Wanda se acerca. Viste un traje oscuro de seda de cuello alto, y el griego la
acompaña. Hablan muy animados, pero no puedo coger una sola palabra. De pronto, el
griego golpea el suelo con el pié con tanta violencia que hace saltar guijarros y se pone a
sacudir su fusta en el aire. Wanda queda espantada.
¿Tiene miedo?
¿Dónde están ya?
La ha dejado; ella le llama, pero él no la oye o no quiere oírla.
Wanda mueve tristemente la cabeza y se sienta en el banco más próximo, abstraída
en sus pensamientos. Yo la contemplo con una especie de perversa alegría. Por fin, me
levanto y me acerco con aire de desdén.
—Vengo a desear a usted buena suerte —digo, inclinándome—. Ya veo que ha
encontrado usted su dueño, señora.
—¡Sí! ¡Dios sea alabado! ¡Basta de esclavos! ¡Un amo! La mujer necesita amo, y le
adora.
—De suerte que tú, Wanda, ¿amas a ese bárbaro?

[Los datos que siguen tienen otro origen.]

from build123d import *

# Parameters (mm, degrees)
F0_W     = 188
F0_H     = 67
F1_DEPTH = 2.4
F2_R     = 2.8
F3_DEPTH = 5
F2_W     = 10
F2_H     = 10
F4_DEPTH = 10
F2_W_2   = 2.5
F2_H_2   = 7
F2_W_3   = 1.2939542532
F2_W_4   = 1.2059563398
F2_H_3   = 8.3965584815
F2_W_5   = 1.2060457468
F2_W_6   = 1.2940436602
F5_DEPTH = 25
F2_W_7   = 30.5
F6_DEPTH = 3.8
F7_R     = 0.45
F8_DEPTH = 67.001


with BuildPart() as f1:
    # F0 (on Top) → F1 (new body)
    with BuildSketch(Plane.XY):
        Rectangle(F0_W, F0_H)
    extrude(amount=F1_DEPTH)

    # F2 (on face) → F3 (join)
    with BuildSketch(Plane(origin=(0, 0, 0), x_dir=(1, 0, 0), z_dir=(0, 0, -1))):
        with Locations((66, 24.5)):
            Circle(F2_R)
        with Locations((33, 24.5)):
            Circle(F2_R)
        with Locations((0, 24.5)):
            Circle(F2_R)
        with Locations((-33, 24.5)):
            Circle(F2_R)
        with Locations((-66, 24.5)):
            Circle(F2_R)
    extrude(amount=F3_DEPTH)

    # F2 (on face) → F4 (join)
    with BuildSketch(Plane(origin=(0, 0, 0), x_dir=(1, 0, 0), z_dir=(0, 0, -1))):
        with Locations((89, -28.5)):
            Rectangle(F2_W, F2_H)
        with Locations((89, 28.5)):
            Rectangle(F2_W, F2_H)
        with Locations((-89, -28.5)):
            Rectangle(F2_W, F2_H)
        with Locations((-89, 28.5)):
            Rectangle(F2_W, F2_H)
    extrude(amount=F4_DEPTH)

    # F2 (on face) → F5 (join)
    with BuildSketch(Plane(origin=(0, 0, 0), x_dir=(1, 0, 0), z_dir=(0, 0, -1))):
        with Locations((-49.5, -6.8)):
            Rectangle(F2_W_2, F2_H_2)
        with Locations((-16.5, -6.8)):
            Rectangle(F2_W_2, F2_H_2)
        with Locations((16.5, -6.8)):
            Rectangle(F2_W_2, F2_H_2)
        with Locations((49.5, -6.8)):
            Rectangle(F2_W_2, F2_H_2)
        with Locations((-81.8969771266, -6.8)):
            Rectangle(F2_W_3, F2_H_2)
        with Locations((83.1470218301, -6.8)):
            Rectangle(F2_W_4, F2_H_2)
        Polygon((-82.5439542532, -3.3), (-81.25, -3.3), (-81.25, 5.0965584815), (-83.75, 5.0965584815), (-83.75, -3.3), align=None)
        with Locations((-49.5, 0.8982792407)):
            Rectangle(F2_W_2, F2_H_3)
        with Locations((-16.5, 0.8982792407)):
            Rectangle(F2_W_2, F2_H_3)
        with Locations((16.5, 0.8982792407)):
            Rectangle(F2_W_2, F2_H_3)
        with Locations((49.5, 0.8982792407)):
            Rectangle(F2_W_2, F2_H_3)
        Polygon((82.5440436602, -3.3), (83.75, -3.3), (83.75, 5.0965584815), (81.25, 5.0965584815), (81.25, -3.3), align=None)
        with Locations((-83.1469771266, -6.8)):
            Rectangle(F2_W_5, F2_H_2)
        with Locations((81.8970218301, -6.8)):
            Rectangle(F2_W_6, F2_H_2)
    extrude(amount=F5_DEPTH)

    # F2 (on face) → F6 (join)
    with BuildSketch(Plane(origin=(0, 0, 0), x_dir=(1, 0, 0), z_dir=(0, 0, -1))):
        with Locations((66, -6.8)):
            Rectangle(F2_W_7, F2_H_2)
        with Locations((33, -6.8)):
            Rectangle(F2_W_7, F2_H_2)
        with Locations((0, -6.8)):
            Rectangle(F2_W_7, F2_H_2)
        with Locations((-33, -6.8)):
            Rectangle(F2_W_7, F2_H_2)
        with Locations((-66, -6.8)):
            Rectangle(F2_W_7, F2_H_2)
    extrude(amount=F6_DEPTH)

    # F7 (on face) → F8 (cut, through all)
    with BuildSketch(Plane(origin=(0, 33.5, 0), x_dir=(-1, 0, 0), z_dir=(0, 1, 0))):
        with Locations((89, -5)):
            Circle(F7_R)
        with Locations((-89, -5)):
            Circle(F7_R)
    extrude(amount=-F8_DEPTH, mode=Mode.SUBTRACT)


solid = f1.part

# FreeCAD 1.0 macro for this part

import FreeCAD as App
import Part
import Sketcher

V = App.Vector
Q = App.Units.Quantity


def add_polygon(sketch, points):
    """Adds a closed chain of lines whose ends are joined by coincident constraints."""
    first, n = sketch.GeometryCount, len(points)
    for a, b in zip(points, points[1:] + points[:1]):
        sketch.addGeometry(Part.LineSegment(App.Vector(*a, 0), App.Vector(*b, 0)), False)
    for i in range(n):
        sketch.addConstraint(Sketcher.Constraint("Coincident", first + i, 2, first + (i + 1) % n, 1))

doc = App.newDocument("Part")
params = doc.addObject("Spreadsheet::Sheet", "Params")
for row, (alias, value) in enumerate([
    ("sketch1_width", "188 mm"),
    ("sketch1_height", "67 mm"),
    ("pad1_length", "2.4 mm"),
    ("sketch2_diameter", "5.6 mm"),
    ("pad2_length", "5 mm"),
    ("sketch3_width", "10 mm"),
    ("pad3_length", "10 mm"),
    ("sketch4_width", "2.5 mm"),
    ("pad4_length", "25 mm"),
    ("sketch5_height", "7 mm"),
    ("sketch5_width", "30.5 mm"),
    ("pad5_length", "3.8 mm"),
    ("sketch6_diameter", "0.9 mm"),
], start=1):
    params.set(f"A{row}", alias)
    params.set(f"B{row}", "=" + value)
    params.setAlias(f"B{row}", alias)

body = doc.addObject("PartDesign::Body", "Body")

# Sketch on XY plane
sketch1 = doc.addObject("Sketcher::SketchObject", "Sketch")
body.addObject(sketch1)
sketch1.AttachmentSupport = (doc.XY_Plane, [""])
sketch1.MapMode = "FlatFace"
add_polygon(sketch1, [(-94, 34), (-94, -34), (94, -34), (94, 34)])  # lines 0-3
sketch1.addConstraint([
    Sketcher.Constraint("Vertical", 0),
    Sketcher.Constraint("Horizontal", 1),
    Sketcher.Constraint("Vertical", 2),
    Sketcher.Constraint("Horizontal", 3),
    Sketcher.Constraint("Symmetric", 0, 2, 2, 2, -1, 1),
    Sketcher.Constraint("DistanceX", 1, 1, 1, 2, Q("188 mm")),
    Sketcher.Constraint("DistanceY", 0, 2, 0, 1, Q("67 mm")),
])
sketch1.setExpression("Constraints[9]", "Params.sketch1_width")
sketch1.setExpression("Constraints[10]", "Params.sketch1_height")
pad1 = doc.addObject("PartDesign::Pad", "Pad")
body.addObject(pad1)
pad1.Profile = sketch1
pad1.setExpression("Length", "Params.pad1_length")

# Sketch on XY plane
sketch2 = doc.addObject("Sketcher::SketchObject", "Sketch001")
body.addObject(sketch2)
sketch2.AttachmentSupport = (doc.XY_Plane, [""])
sketch2.MapMode = "FlatFace"
sketch2.addGeometry([
    Part.Circle(V(66, -24.5, 0), V(0, 0, 1), 2.8),  # 0
    Part.Circle(V(33, -24.5, 0), V(0, 0, 1), 2.8),  # 1
    Part.Circle(V(0, -24.5, 0), V(0, 0, 1), 2.8),  # 2
    Part.Circle(V(-33, -24.5, 0), V(0, 0, 1), 2.8),  # 3
    Part.Circle(V(-66, -24.5, 0), V(0, 0, 1), 2.8),  # 4
], False)
sketch2.addConstraint([
    Sketcher.Constraint("Equal", 0, 1),
    Sketcher.Constraint("Equal", 1, 2),
    Sketcher.Constraint("Equal", 2, 3),
    Sketcher.Constraint("Equal", 3, 4),
    Sketcher.Constraint("Symmetric", 1, 3, 3, 3, -2),
    Sketcher.Constraint("Symmetric", 0, 3, 4, 3, -2),
    Sketcher.Constraint("PointOnObject", 2, 3, -2),
    Sketcher.Constraint("Horizontal", 0, 3, 1, 3),
    Sketcher.Constraint("Horizontal", 1, 3, 2, 3),
    Sketcher.Constraint("Diameter", 0, Q("5.6 mm")),
    Sketcher.Constraint("DistanceX", -1, 1, 0, 3, Q("66 mm")),
    Sketcher.Constraint("DistanceX", -1, 1, 1, 3, Q("33 mm")),
    Sketcher.Constraint("DistanceY", 0, 3, -1, 1, Q("24.5 mm")),
])
sketch2.setExpression("Constraints[9]", "Params.sketch2_diameter")
pad2 = doc.addObject("PartDesign::Pad", "Pad001")
body.addObject(pad2)
pad2.Profile = sketch2
pad2.setExpression("Length", "Params.pad2_length")
pad2.Reversed = True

—Como no he amado nunca a nadie.
—¡Wanda! —cogí el puñal; pero las lágrimas me invadían ya los ojos, y me
sobrecogió un transporte de pasión, de dulce demencia—. ¡Bien, tómale por esposo; él será
tu dueño y yo tu esclavo mientras viva!
—¿Quieres ser mi esclavo, a pesar de todo? Sería gracioso; pero temo que no quiera
él.
—¿Él?
—Sí, está celoso de ti, ¡de ti! Ha exigido que te abandone, y cuando ha sabido que
eres...
—¡Le has dicho... —repliqué, cortado. —Todo; le he contado toda nuestra historia,
tus caprichos y, en vez de echarse a reír, se ha encolerizado...
—¿Y te amenazó?
Wanda miró al suelo y se calló.
—¡Sí, sí! —dije con amargo desdén—. Le has tenido miedo. ¡Wanda! —me lancé a
sus pies y abracé sus rodillas—. No deseo nada de ti; nada, sino ser tu esclavo, tu perro...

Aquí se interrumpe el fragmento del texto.